I have two actions. One is an original (hard to open( and the second is a Easy Open action. I bought the first used in 1983 with a Super 14, 223 barrel. I shot factory and many different hand loads rounds through it, and never even got fair accuracy. The small 22 center fire cartridges are what I play with now days. I have a scoped Bull 10" 22 Hornet, a scoped 10" Bull 221 Fireball and a 10" Octagon 221 Fireball with Iron Sights. The scoped guns are groundhog accurate out to 200 to 250 yards. The octagon/Iron sights require better eyes and skills for me to hunt whistle pigs beyond 100 yards.

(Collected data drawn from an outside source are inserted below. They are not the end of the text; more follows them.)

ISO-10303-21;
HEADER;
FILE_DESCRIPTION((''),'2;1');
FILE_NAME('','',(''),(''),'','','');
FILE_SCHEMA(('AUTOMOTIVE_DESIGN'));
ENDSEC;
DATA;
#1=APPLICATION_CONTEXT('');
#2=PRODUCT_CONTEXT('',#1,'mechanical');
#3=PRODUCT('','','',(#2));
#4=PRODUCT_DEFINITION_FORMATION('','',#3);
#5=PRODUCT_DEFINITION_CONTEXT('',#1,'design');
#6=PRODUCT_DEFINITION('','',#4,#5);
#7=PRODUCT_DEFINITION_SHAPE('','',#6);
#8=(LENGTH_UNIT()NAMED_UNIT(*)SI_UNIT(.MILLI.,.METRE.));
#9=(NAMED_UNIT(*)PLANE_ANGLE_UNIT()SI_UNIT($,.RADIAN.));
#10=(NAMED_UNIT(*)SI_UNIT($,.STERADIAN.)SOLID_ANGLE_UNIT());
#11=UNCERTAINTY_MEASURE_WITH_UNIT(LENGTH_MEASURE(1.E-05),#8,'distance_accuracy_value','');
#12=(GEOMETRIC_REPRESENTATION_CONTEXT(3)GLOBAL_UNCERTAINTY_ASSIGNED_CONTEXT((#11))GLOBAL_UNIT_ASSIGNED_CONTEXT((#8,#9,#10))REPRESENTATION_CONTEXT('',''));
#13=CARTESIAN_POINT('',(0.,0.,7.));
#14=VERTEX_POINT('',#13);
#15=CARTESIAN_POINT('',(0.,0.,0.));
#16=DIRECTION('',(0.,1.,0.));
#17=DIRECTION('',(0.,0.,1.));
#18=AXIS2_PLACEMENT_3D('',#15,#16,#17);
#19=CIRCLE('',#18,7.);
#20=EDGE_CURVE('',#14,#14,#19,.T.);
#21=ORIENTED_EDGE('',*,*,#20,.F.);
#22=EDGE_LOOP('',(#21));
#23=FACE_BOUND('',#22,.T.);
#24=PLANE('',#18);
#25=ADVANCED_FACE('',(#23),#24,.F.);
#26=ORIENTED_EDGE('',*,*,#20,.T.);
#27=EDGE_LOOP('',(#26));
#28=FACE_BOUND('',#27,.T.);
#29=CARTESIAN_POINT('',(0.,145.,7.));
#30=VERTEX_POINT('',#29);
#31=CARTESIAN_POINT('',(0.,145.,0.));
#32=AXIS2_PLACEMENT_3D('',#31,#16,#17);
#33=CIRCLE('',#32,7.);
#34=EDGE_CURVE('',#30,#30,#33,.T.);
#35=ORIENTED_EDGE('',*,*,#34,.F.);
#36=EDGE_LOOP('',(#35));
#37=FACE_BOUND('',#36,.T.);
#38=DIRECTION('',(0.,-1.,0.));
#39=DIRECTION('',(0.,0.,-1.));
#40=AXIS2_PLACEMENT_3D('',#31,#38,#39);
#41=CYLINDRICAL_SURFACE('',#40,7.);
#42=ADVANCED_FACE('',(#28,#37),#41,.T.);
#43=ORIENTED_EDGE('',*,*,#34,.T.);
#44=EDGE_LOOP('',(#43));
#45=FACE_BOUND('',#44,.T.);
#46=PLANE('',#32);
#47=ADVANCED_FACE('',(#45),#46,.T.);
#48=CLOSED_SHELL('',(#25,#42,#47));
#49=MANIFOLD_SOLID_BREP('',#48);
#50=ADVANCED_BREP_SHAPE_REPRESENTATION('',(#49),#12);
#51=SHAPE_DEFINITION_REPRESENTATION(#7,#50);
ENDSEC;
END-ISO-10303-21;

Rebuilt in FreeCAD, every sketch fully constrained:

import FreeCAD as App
import Part
import Sketcher
from FreeCAD import Vector

doc = App.newDocument("Part")
params = doc.addObject("Spreadsheet::Sheet", "Params")
for row, (alias, value) in enumerate([
    ("sketch1_diameter", "14 mm"),
    ("pad1_length", "145 mm"),
], start=1):
    params.set(f"A{row}", alias)
    params.set(f"B{row}", "=" + value)
    params.setAlias(f"B{row}", alias)

body = doc.addObject("PartDesign::Body", "Body")

sketch1 = doc.addObject("Sketcher::SketchObject", "Sketch")
body.addObject(sketch1)
sketch1.AttachmentSupport = (doc.XZ_Plane, [""])
sketch1.MapMode = "FlatFace"
sketch1.addGeometry(Part.Circle(Vector(0, 0, 0), Vector(0, 0, 1), 7), False)
sketch1.addConstraint([
    Sketcher.Constraint("Coincident", 0, 3, -1, 1),
    Sketcher.Constraint("Diameter", 0, 14.0),
])
sketch1.setExpression("Constraints[1]", "Params.sketch1_diameter")
pad1 = doc.addObject("PartDesign::Pad", "Pad")
body.addObject(pad1)
pad1.Profile = sketch1
pad1.setExpression("Length", "Params.pad1_length")
pad1.Reversed = True

doc.recompute()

Almost 20 years ago a friend and shooting buddy had a Scoped Super 14 in 22 Hornet. He was using hand loads that were about 1/2 MOA accurate, and I was using First year lot number, Hornady V-Max 35 grain factory ammo. In a head to head shoot off. We were laying prone and using Harris bi-pods. From the ridge we were on we had safe shots into a freshly plowed field. A rain had washed the dirt and dust from field rocks, so those were out targets. It was a draw out of 50 rounds each we both had 45 hits at unknown distances. Our misses were all from underestimated distances not wind or trigger errors.

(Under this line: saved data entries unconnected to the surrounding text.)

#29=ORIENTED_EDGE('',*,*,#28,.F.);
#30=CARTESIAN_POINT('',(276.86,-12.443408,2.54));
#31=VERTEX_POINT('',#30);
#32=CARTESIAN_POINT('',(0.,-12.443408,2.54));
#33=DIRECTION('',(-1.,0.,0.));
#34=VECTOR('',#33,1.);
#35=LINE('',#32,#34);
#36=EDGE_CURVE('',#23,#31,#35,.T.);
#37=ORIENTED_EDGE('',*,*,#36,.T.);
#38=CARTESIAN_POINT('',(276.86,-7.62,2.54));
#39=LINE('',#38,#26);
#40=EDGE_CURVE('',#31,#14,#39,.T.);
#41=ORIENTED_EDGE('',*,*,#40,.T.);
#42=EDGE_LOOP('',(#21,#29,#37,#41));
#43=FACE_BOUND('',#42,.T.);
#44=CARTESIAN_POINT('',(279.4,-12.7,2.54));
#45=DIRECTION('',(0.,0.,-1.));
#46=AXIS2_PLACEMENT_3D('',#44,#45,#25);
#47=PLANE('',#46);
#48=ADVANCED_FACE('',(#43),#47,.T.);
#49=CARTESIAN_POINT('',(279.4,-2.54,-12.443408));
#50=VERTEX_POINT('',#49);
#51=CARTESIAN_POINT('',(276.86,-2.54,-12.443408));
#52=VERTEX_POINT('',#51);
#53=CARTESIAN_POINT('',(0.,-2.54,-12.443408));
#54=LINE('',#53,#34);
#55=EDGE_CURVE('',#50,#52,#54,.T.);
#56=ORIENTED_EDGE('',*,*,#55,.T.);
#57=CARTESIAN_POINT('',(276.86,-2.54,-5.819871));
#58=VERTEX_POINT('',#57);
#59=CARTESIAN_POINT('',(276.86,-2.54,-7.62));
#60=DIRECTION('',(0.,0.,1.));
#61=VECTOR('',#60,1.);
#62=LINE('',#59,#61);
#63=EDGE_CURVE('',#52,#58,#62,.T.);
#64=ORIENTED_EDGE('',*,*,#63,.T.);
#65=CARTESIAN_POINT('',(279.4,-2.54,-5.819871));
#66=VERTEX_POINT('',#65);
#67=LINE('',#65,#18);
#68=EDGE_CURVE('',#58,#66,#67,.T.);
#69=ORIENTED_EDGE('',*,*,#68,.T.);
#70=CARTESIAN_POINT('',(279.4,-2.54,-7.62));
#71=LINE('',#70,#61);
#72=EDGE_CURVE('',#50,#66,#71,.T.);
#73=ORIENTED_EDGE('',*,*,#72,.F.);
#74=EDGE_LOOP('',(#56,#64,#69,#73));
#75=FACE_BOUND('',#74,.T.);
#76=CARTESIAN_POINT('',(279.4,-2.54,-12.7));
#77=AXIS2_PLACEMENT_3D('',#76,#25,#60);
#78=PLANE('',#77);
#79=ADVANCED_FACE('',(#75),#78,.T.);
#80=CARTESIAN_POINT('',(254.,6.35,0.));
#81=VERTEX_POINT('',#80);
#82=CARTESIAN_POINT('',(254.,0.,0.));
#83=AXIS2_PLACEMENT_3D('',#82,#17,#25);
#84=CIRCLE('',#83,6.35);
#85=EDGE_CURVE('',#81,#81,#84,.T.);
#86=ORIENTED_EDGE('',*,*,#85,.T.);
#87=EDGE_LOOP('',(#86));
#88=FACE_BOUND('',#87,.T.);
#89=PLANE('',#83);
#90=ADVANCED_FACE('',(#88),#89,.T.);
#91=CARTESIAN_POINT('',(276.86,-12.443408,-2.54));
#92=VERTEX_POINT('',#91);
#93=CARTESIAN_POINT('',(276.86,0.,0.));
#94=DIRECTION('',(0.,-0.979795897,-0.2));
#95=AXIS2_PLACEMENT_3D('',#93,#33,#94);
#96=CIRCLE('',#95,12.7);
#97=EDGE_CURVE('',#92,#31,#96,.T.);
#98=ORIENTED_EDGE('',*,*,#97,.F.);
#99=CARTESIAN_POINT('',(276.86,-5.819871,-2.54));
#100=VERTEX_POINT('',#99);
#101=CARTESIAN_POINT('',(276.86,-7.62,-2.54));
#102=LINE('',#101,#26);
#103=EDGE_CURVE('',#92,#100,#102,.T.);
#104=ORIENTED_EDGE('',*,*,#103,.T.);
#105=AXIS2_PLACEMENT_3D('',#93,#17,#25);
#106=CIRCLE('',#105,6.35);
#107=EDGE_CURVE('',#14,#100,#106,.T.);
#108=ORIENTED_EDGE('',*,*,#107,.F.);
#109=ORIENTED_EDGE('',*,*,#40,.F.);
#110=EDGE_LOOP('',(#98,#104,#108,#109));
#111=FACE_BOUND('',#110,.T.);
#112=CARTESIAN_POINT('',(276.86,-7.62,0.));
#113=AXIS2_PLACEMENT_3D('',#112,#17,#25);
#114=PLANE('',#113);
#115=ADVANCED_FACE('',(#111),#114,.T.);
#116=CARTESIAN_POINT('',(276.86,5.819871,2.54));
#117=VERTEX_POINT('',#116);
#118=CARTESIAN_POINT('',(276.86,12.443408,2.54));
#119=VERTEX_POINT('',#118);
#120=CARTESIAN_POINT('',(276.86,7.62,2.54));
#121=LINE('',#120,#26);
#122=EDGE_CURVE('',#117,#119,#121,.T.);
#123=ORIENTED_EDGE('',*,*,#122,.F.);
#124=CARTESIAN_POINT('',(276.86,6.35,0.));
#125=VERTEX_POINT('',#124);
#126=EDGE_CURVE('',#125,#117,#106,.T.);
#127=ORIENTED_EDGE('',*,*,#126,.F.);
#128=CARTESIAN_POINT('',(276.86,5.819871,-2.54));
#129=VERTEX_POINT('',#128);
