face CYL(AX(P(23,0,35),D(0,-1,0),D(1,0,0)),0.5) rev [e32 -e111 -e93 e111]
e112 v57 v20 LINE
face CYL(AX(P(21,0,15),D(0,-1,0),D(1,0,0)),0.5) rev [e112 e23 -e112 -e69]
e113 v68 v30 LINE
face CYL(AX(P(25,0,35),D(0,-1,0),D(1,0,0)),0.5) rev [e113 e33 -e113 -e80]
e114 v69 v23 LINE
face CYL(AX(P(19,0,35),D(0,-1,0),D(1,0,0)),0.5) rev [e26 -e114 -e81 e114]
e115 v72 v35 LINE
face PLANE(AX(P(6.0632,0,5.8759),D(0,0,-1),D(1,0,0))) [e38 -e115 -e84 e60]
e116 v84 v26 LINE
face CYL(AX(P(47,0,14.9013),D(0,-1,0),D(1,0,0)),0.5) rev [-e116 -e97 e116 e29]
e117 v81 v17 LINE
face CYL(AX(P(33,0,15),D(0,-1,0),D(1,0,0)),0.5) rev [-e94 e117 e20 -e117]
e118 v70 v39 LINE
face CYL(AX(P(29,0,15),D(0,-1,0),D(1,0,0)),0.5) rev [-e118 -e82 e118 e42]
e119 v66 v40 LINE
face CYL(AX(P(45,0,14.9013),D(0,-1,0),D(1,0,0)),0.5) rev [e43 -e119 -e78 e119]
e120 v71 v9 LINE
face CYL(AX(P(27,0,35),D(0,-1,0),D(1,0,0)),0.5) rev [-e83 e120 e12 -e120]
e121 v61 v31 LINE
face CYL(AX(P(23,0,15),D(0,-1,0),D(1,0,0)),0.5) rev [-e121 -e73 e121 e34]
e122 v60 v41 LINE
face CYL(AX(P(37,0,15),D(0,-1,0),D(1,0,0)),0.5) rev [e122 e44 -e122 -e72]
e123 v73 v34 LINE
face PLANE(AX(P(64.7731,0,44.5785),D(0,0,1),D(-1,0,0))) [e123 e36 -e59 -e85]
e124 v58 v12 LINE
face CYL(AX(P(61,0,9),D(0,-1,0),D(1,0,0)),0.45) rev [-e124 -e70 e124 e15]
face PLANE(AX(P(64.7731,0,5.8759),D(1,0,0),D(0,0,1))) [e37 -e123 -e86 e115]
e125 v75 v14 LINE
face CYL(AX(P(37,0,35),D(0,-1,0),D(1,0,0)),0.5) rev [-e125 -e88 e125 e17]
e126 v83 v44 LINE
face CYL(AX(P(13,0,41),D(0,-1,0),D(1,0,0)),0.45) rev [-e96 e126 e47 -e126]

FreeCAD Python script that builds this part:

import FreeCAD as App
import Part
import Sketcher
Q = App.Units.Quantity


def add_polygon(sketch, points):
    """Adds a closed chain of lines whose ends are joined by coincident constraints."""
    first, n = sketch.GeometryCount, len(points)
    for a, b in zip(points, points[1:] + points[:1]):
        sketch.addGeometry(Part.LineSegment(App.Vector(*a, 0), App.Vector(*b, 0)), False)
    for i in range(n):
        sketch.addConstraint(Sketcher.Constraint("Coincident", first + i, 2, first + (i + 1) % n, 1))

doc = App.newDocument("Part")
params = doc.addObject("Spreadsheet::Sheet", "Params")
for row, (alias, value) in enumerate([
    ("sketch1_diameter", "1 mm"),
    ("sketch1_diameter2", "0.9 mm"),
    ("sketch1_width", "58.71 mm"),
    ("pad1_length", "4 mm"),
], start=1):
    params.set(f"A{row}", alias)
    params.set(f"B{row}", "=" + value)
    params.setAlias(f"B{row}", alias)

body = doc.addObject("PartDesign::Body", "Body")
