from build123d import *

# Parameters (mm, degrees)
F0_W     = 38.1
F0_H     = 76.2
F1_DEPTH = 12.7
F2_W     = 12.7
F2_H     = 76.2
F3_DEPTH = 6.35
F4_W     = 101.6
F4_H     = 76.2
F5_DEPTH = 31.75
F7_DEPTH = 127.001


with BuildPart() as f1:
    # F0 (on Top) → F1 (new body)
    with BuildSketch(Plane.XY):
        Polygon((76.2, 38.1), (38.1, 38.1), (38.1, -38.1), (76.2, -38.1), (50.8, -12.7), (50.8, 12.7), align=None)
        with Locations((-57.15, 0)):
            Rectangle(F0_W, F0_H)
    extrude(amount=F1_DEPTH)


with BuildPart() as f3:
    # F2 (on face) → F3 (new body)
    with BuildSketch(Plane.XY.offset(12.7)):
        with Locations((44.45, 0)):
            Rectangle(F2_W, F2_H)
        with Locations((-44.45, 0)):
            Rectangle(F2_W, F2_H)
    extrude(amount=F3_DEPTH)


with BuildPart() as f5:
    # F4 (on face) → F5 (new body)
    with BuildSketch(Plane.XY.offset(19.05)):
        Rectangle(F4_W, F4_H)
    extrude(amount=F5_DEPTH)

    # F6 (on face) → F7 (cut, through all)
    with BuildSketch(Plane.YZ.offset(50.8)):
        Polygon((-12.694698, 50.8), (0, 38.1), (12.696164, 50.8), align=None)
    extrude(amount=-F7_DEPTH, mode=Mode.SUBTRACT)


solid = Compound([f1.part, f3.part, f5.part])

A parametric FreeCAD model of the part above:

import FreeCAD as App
import Part
import Sketcher
Q = App.Units.Quantity

doc = App.newDocument("Part")
params = doc.addObject("Spreadsheet::Sheet", "Params")
for row, (alias, value) in enumerate([
    ("sketch1_height", "3 in"),
    ("sketch1_height2", "1 in"),
    ("sketch1_width", "1.5 in"),
    ("pad1_length", "0.5 in"),
    ("sketch2_height", "3 in"),
    ("sketch2_width", "0.5 in"),
    ("pad2_length", "0.25 in"),
    ("sketch3_width", "4 in"),
    ("sketch3_height", "3 in"),
    ("pad3_length", "1.25 in"),
    ("sketch4_length", "0.707 in"),
], start=1):
    params.set(f"A{row}", alias)
    params.set(f"B{row}", "=" + value)
    params.setAlias(f"B{row}", alias)

body = doc.addObject("PartDesign::Body", "Body")
body.AllowCompound = True

# Sketch on XY plane
sketch1 = body.newObject("Sketcher::SketchObject", "Sketch")
sketch1.AttachmentSupport = (doc.getObject("XY_Plane"), [""])
sketch1.MapMode = "FlatFace"
sketch1.addGeometry(Part.LineSegment(App.Vector(76.2, 38.1, 0), App.Vector(38.1, 38.1, 0)), False)
sketch1.addGeometry(Part.LineSegment(App.Vector(38.1, 38.1, 0), App.Vector(38.1, -38.1, 0)), False)
sketch1.addGeometry(Part.LineSegment(App.Vector(38.1, -38.1, 0), App.Vector(76.2, -38.1, 0)), False)
sketch1.addGeometry(Part.LineSegment(App.Vector(76.2, -38.1, 0), App.Vector(50.8, -12.7, 0)), False)
sketch1.addGeometry(Part.LineSegment(App.Vector(50.8, -12.7, 0), App.Vector(50.8, 12.7, 0)), False)
sketch1.addGeometry(Part.LineSegment(App.Vector(50.8, 12.7, 0), App.Vector(76.2, 38.1, 0)), False)
sketch1.addGeometry(Part.LineSegment(App.Vector(-76.2, 38.1, 0), App.Vector(-76.2, -38.1, 0)), False)
sketch1.addGeometry(Part.LineSegment(App.Vector(-76.2, -38.1, 0), App.Vector(-38.1, -38.1, 0)), False)
sketch1.addGeometry(Part.LineSegment(App.Vector(-38.1, -38.1, 0), App.Vector(-38.1, 38.1, 0)), False)
sketch1.addGeometry(Part.LineSegment(App.Vector(-38.1, 38.1, 0), App.Vector(-76.2, 38.1, 0)), False)
sketch1.addConstraint(Sketcher.Constraint("Coincident", 0, 2, 1, 1))
sketch1.addConstraint(Sketcher.Constraint("Coincident", 1, 2, 2, 1))
sketch1.addConstraint(Sketcher.Constraint("Coincident", 2, 2, 3, 1))
sketch1.addConstraint(Sketcher.Constraint("Coincident", 3, 2, 4, 1))
sketch1.addConstraint(Sketcher.Constraint("Coincident", 4, 2, 5, 1))
sketch1.addConstraint(Sketcher.Constraint("Coincident", 5, 2, 0, 1))
sketch1.addConstraint(Sketcher.Constraint("Coincident", 6, 2, 7, 1))
sketch1.addConstraint(Sketcher.Constraint("Coincident", 7, 2, 8, 1))
sketch1.addConstraint(Sketcher.Constraint("Coincident", 8, 2, 9, 1))
sketch1.addConstraint(Sketcher.Constraint("Coincident", 9, 2, 6, 1))
sketch1.addConstraint(Sketcher.Constraint("Horizontal", 0))
sketch1.addConstraint(Sketcher.Constraint("Vertical", 1))
sketch1.addConstraint(Sketcher.Constraint("Horizontal", 2))
sketch1.addConstraint(Sketcher.Constraint("Vertical", 4))
sketch1.addConstraint(Sketcher.Constraint("Vertical", 6))
sketch1.addConstraint(Sketcher.Constraint("Horizontal", 7))
sketch1.addConstraint(Sketcher.Constraint("Vertical", 8))
sketch1.addConstraint(Sketcher.Constraint("Horizontal", 9))
sketch1.addConstraint(Sketcher.Constraint("Symmetric", 5, 2, 6, 2, -1, 1))
sketch1.addConstraint(Sketcher.Constraint("Symmetric", 1, 2, 8, 2, -1, 1))
sketch1.addConstraint(Sketcher.Constraint("Symmetric", 2, 2, 6, 2, -2))
sketch1.addConstraint(Sketcher.Constraint("Perpendicular", 3, 5))
sketch1.addConstraint(Sketcher.Constraint("Equal", 3, 5))
sketch1.addConstraint(Sketcher.Constraint("DistanceY", 1, 2, 1, 1, Q("3 in")))
sketch1.addConstraint(Sketcher.Constraint("DistanceY", 4, 1, 4, 2, Q("1 in")))
sketch1.addConstraint(Sketcher.Constraint("DistanceX", 0, 2, 0, 1, Q("1.5 in")))
sketch1.addConstraint(Sketcher.Constraint("DistanceX", -1, 1, 2, 2, Q("3 in")))
sketch1.setExpression("Constraints[23]", "Params.sketch1_height")
sketch1.setExpression("Constraints[24]", "Params.sketch1_height2")
sketch1.setExpression("Constraints[25]", "Params.sketch1_width")
pad1 = body.newObject("PartDesign::Pad", "Pad")
pad1.Profile = sketch1
pad1.setExpression("Length", "Params.pad1_length")
body2 = doc.addObject("PartDesign::Body", "Body001")
body2.AllowCompound = True

# Sketch on XY plane
sketch2 = body2.newObject("Sketcher::SketchObject", "Sketch001")
sketch2.AttachmentSupport = (doc.getObject("XY_Plane001"), [""])
sketch2.MapMode = "FlatFace"
sketch2.AttachmentOffset = App.Placement(App.Vector(0, 0, 0.5 * 25.4), App.Rotation())
sketch2.addGeometry(Part.LineSegment(App.Vector(38.1, 38.1, 0), App.Vector(38.1, -38.1, 0)), False)
sketch2.addGeometry(Part.LineSegment(App.Vector(38.1, -38.1, 0), App.Vector(50.8, -38.1, 0)), False)
sketch2.addGeometry(Part.LineSegment(App.Vector(50.8, -38.1, 0), App.Vector(50.8, 38.1, 0)), False)
sketch2.addGeometry(Part.LineSegment(App.Vector(50.8, 38.1, 0), App.Vector(38.1, 38.1, 0)), False)
sketch2.addGeometry(Part.LineSegment(App.Vector(-50.8, 38.1, 0), App.Vector(-50.8, -38.1, 0)), False)
sketch2.addGeometry(Part.LineSegment(App.Vector(-50.8, -38.1, 0), App.Vector(-38.1, -38.1, 0)), False)
sketch2.addGeometry(Part.LineSegment(App.Vector(-38.1, -38.1, 0), App.Vector(-38.1, 38.1, 0)), False)
sketch2.addGeometry(Part.LineSegment(App.Vector(-38.1, 38.1, 0), App.Vector(-50.8, 38.1, 0)), False)
sketch2.addConstraint(Sketcher.Constraint("Coincident", 0, 2, 1, 1))
sketch2.addConstraint(Sketcher.Constraint("Coincident", 1, 2, 2, 1))
sketch2.addConstraint(Sketcher.Constraint("Coincident", 2, 2, 3, 1))
sketch2.addConstraint(Sketcher.Constraint("Coincident", 3, 2, 0, 1))
sketch2.addConstraint(Sketcher.Constraint("Coincident", 4, 2, 5, 1))
sketch2.addConstraint(Sketcher.Constraint("Coincident", 5, 2, 6, 1))
sketch2.addConstraint(Sketcher.Constraint("Coincident", 6, 2, 7, 1))
sketch2.addConstraint(Sketcher.Constraint("Coincident", 7, 2, 4, 1))
sketch2.addConstraint(Sketcher.Constraint("Vertical", 0))
sketch2.addConstraint(Sketcher.Constraint("Horizontal", 1))
sketch2.addConstraint(Sketcher.Constraint("Vertical", 2))
sketch2.addConstraint(Sketcher.Constraint("Horizontal", 3))
sketch2.addConstraint(Sketcher.Constraint("Vertical", 4))
sketch2.addConstraint(Sketcher.Constraint("Horizontal", 5))
sketch2.addConstraint(Sketcher.Constraint("Vertical", 6))
sketch2.addConstraint(Sketcher.Constraint("Horizontal", 7))
sketch2.addConstraint(Sketcher.Constraint("Symmetric", 2, 2, 4, 2, -1, 1))
sketch2.addConstraint(Sketcher.Constraint("Symmetric", 0, 2, 6, 2, -1, 1))
sketch2.addConstraint(Sketcher.Constraint("Horizontal", 1, 2, 4, 2))
sketch2.addConstraint(Sketcher.Constraint("DistanceY", 0, 2, 0, 1, Q("3 in")))
sketch2.addConstraint(Sketcher.Constraint("DistanceX", 1, 1, 1, 2, Q("0.5 in")))
sketch2.addConstraint(Sketcher.Constraint("DistanceX", -1, 1, 1, 2, Q("2 in")))
sketch2.setExpression("Constraints[19]", "Params.sketch2_height")
sketch2.setExpression("Constraints[20]", "Params.sketch2_width")
pad2 = body2.newObject("PartDesign::Pad", "Pad001")
pad2.Profile = sketch2
pad2.setExpression("Length", "Params.pad2_length")
body3 = doc.addObject("PartDesign::Body", "Body002")

# Sketch on XY plane
sketch3 = body3.newObject("Sketcher::SketchObject", "Sketch002")
sketch3.AttachmentSupport = (doc.getObject("XY_Plane002"), [""])
sketch3.MapMode = "FlatFace"
sketch3.AttachmentOffset = App.Placement(App.Vector(0, 0, 0.75 * 25.4), App.Rotation())
sketch3.addGeometry(Part.LineSegment(App.Vector(-50.8, 38.1, 0), App.Vector(-50.8, -38.1, 0)), False)
sketch3.addGeometry(Part.LineSegment(App.Vector(-50.8, -38.1, 0), App.Vector(50.8, -38.1, 0)), False)
sketch3.addGeometry(Part.LineSegment(App.Vector(50.8, -38.1, 0), App.Vector(50.8, 38.1, 0)), False)
sketch3.addGeometry(Part.LineSegment(App.Vector(50.8, 38.1, 0), App.Vector(-50.8, 38.1, 0)), False)
sketch3.addConstraint(Sketcher.Constraint("Coincident", 0, 2, 1, 1))
sketch3.addConstraint(Sketcher.Constraint("Coincident", 1, 2, 2, 1))
sketch3.addConstraint(Sketcher.Constraint("Coincident", 2, 2, 3, 1))
sketch3.addConstraint(Sketcher.Constraint("Coincident", 3, 2, 0, 1))
sketch3.addConstraint(Sketcher.Constraint("Vertical", 0))
sketch3.addConstraint(Sketcher.Constraint("Horizontal", 1))
sketch3.addConstraint(Sketcher.Constraint("Vertical", 2))
sketch3.addConstraint(Sketcher.Constraint("Horizontal", 3))
sketch3.addConstraint(Sketcher.Constraint("Symmetric", 0, 2, 2, 2, -1, 1))
sketch3.addConstraint(Sketcher.Constraint("DistanceX", 1, 1, 1, 2, Q("4 in")))
sketch3.addConstraint(Sketcher.Constraint("DistanceY", 0, 2, 0, 1, Q("3 in")))
sketch3.setExpression("Constraints[9]", "Params.sketch3_width")
sketch3.setExpression("Constraints[10]", "Params.sketch3_height")
pad3 = body3.newObject("PartDesign::Pad", "Pad002")
pad3.Profile = sketch3
pad3.setExpression("Length", "Params.pad3_length")

# Sketch on YZ plane
sketch4 = body3.newObject("Sketcher::SketchObject", "Sketch003")
sketch4.AttachmentSupport = (doc.getObject("YZ_Plane002"), [""])
sketch4.MapMode = "FlatFace"
sketch4.AttachmentOffset = App.Placement(App.Vector(0, 0, 2 * 25.4), App.Rotation())
sketch4.addGeometry(Part.LineSegment(App.Vector(-12.694698, 50.8, 0), App.Vector(0, 38.1, 0)), False)
sketch4.addGeometry(Part.LineSegment(App.Vector(0, 38.1, 0), App.Vector(12.696164, 50.8, 0)), False)
sketch4.addGeometry(Part.LineSegment(App.Vector(12.696164, 50.8, 0), App.Vector(-12.694698, 50.8, 0)), False)
sketch4.addConstraint(Sketcher.Constraint("Coincident", 0, 2, 1, 1))
sketch4.addConstraint(Sketcher.Constraint("Coincident", 1, 2, 2, 1))
sketch4.addConstraint(Sketcher.Constraint("Coincident", 2, 2, 0, 1))
sketch4.addConstraint(Sketcher.Constraint("Horizontal", 2))
sketch4.addConstraint(Sketcher.Constraint("PointOnObject", 0, 2, -2))
sketch4.addConstraint(Sketcher.Constraint("DistanceY", -1, 1, 1, 2, Q("2 in")))
sketch4.addConstraint(Sketcher.Constraint("DistanceY", -1, 1, 0, 2, Q("1.5 in")))
sketch4.addConstraint(Sketcher.Constraint("Distance", 1, Q("0.707 in")))
sketch4.addConstraint(Sketcher.Constraint("DistanceX", 2, 2, 2, 1, Q("25.390862 mm")))
sketch4.setExpression("Constraints[7]", "Params.sketch4_length")
pocket1 = body3.newObject("PartDesign::Pocket", "Pocket")
pocket1.Profile = sketch4
pocket1.Type = "ThroughAll"

doc.recompute()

I have several other barrels, but my favorite is a 12" Hunter (iron sights) in 375 Winchester circa late 90's. I love to shoot is when there is just enough light to see the backstop. The Ball of Lightning & Thunder is mere inches in front of your hands! I estimate the muzzel flash to be just over 3 feet in Diameter!. That "Muzzle Tammer" break controls the recoil very well. I would shoot warm cans of bubble-gum soda (vile tasting stuff!) at 30 to 40 yards very easily. If you get a chance to shoot alternating cans of bubble-gum soda and cans of sour kraut on a warm afternoon; be sure the wind doesn't bring the smell back to you!